4 pagesPublished: June 27, 2017


Bone drilling is conducted in many surgical disciplines such as orthopedics, maxillofacial, and spine surgery. Most of these procedures involve drilling of different bone materials including hard (cortical) and soft (cancellous) tissues. Identifying these tissues is essential for surgeons to minimize damage to underlying nerves and vessels.
The sound signal generated during drilling is a valuable source of information that could potentially be employed. Such sounds can be captured readily and easily through non-contact sensors. Therefore, our goal in this preliminary study is to investigate whether drilling sounds can enable us to distinguish between cortical and cancellous tissues.
A bovine tibial bone was drilled, and the cortical and cancellous drilling sounds were captured. Each sound record was divided into small windows with a length of 50 ms and a 50% overlap.

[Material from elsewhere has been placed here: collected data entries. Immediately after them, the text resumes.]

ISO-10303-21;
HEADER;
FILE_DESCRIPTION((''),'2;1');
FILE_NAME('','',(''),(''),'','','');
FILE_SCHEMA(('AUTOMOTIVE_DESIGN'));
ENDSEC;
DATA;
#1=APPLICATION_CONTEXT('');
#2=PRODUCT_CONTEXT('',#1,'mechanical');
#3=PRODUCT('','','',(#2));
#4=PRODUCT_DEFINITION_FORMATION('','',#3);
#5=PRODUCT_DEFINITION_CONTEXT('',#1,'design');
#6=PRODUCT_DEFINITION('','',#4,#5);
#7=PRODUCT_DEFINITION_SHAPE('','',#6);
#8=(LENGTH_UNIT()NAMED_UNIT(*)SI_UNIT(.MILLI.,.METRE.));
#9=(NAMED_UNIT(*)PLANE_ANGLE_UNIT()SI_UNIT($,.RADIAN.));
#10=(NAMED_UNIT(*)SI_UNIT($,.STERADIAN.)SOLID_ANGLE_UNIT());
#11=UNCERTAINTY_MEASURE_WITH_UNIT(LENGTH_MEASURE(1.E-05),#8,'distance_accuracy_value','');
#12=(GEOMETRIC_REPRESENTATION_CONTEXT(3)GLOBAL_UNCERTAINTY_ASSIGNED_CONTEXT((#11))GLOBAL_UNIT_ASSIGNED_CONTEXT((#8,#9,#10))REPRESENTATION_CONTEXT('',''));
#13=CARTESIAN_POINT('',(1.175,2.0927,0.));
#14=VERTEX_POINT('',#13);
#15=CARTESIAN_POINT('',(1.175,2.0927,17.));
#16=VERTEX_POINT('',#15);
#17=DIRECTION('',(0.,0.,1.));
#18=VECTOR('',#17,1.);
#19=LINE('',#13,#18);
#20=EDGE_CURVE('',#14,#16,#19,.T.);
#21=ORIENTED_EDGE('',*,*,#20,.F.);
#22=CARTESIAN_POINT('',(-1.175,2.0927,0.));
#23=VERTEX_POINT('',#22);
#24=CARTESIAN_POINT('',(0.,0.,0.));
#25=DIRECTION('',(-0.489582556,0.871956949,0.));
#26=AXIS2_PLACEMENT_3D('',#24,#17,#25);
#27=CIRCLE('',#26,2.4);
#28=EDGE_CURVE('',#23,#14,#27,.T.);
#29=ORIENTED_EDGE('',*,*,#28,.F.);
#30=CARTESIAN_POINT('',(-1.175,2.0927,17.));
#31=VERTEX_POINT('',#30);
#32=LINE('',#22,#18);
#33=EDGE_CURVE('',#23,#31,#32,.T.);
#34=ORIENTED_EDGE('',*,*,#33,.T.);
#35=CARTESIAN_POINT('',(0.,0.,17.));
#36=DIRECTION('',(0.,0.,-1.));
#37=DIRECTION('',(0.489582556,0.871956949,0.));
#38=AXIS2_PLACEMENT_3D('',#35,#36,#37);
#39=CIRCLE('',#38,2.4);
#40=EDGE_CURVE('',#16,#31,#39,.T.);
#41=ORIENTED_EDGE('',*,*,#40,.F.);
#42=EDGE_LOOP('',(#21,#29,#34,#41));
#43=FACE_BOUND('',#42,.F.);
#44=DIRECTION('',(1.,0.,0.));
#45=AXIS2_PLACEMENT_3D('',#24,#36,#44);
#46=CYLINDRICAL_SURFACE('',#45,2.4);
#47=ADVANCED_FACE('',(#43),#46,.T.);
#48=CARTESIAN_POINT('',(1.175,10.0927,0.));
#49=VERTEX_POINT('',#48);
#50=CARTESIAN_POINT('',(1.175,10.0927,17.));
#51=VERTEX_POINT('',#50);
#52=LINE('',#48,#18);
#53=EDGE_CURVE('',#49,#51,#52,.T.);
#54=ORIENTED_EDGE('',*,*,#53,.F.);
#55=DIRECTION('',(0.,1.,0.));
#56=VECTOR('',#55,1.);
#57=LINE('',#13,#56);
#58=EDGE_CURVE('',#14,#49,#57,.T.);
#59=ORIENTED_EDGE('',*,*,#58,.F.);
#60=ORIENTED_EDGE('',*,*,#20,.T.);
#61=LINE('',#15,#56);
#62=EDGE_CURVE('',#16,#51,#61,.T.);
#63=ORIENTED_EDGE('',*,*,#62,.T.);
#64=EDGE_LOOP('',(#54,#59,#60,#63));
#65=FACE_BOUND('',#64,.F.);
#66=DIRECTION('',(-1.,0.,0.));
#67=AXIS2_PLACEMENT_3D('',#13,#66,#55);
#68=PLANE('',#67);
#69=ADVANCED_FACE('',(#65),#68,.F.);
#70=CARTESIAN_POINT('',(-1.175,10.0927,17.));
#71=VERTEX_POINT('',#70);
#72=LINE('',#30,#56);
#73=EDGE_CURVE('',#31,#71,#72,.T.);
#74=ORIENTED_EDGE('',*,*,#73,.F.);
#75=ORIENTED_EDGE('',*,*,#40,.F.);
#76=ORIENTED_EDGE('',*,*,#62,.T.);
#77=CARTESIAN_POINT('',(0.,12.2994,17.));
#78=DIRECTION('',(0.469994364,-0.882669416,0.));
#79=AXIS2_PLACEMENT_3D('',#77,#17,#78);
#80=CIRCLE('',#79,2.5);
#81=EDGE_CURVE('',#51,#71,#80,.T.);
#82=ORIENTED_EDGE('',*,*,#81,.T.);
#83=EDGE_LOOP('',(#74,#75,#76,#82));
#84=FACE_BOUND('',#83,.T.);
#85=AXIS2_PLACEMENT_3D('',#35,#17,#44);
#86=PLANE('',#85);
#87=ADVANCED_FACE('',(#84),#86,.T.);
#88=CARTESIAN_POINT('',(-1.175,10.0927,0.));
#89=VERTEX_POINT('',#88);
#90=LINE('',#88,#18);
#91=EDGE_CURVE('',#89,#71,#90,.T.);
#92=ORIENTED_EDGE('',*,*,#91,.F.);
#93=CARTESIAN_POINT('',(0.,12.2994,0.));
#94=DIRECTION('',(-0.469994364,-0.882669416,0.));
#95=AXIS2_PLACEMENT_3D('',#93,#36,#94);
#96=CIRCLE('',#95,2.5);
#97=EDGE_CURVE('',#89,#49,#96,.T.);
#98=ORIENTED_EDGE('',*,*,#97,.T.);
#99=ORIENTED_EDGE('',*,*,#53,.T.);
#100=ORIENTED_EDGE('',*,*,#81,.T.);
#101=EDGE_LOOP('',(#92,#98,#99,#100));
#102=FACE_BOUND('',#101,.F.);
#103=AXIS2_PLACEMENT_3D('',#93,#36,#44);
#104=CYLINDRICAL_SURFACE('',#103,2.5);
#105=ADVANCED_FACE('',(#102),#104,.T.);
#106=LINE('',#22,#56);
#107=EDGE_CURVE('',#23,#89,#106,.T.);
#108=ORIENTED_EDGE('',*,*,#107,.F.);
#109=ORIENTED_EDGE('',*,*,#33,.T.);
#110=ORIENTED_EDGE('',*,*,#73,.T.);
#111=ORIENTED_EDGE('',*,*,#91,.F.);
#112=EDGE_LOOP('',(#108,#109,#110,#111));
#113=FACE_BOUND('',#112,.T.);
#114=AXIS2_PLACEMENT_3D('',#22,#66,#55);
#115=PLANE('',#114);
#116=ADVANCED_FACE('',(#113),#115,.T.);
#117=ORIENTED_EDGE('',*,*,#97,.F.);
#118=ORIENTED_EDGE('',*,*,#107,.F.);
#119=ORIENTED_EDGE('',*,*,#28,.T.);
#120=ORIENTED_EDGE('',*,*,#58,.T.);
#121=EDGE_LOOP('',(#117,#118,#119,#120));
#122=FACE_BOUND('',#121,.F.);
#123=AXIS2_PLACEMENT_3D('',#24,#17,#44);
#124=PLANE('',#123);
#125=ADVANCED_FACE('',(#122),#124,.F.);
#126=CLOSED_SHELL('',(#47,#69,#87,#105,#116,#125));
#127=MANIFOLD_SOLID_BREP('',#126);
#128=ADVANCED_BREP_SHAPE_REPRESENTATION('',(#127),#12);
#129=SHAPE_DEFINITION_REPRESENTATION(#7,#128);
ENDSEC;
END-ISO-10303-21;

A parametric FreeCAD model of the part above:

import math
import FreeCAD as App
import Part
import Sketcher

doc = App.newDocument("Part")
body = doc.addObject("PartDesign::Body", "Body")

# Sketch on XY plane
sketch1 = body.newObject("Sketcher::SketchObject", "Sketch")
sketch1.AttachmentSupport = (doc.getObject("XY_Plane"), [""])
sketch1.MapMode = "FlatFace"
sketch1.addGeometry([
    Part.ArcOfCircle(Part.Circle(App.Vector(0, 0, 0), App.Vector(0, 0, 1), 2.4), math.radians(119), math.radians(421)),
    Part.LineSegment(App.Vector(1.2, 2.1, 0), App.Vector(1.2, 10.1, 0)),
    Part.ArcOfCircle(Part.Circle(App.Vector(0, 12.3, 0), App.Vector(0, 0, 1), 2.5), math.radians(-62), math.radians(242)),
    Part.LineSegment(App.Vector(-1.2, 10.1, 0), App.Vector(-1.2, 2.1, 0)),
], False)
sketch1.addConstraint([
    Sketcher.Constraint("Coincident", 0, 2, 1, 1),
    Sketcher.Constraint("Coincident", 1, 2, 2, 1),
    Sketcher.Constraint("Coincident", 2, 2, 3, 1),
    Sketcher.Constraint("Coincident", 3, 2, 0, 1),
    Sketcher.Constraint("Vertical", 1),
    Sketcher.Constraint("Vertical", 3),
    Sketcher.Constraint("Coincident", 0, 3, -1, 1),
    Sketcher.Constraint("Symmetric", 1, 2, 2, 2, -2),
    Sketcher.Constraint("Radius", 0, 2.4),
    Sketcher.Constraint("Radius", 2, 2.5),
    Sketcher.Constraint("DistanceY", 1, 1, 1, 2, 8.0),
    Sketcher.Constraint("DistanceX", 2, 2, 1, 2, 2.35),
])
pad1 = body.newObject("PartDesign::Pad", "Pad")
pad1.Profile = sketch1
pad1.Length = 17

doc.recompute()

The window length was selected small, because our intended longer-term application is to provide the surgeon with near-real-time feedback. Short time Fourier Transform (STFT) coefficients were extracted from each window and were averaged accordingly to obtain p features. A support vector machine (SVM) algorithm was used for classification, and its accuracy was evaluated for different number of features (p). Two training/testing scenarios were considered, atlas (ATL) and leave-one-out (LOO).
The total accuracies for ATL and LOO were 100% and 93.8% respectively obtained for p=128. Our study on a single specimen demonstrated that it is possible to discriminate between cortical and cancellous bones based on relatively short 50 ms windows of drilling sounds.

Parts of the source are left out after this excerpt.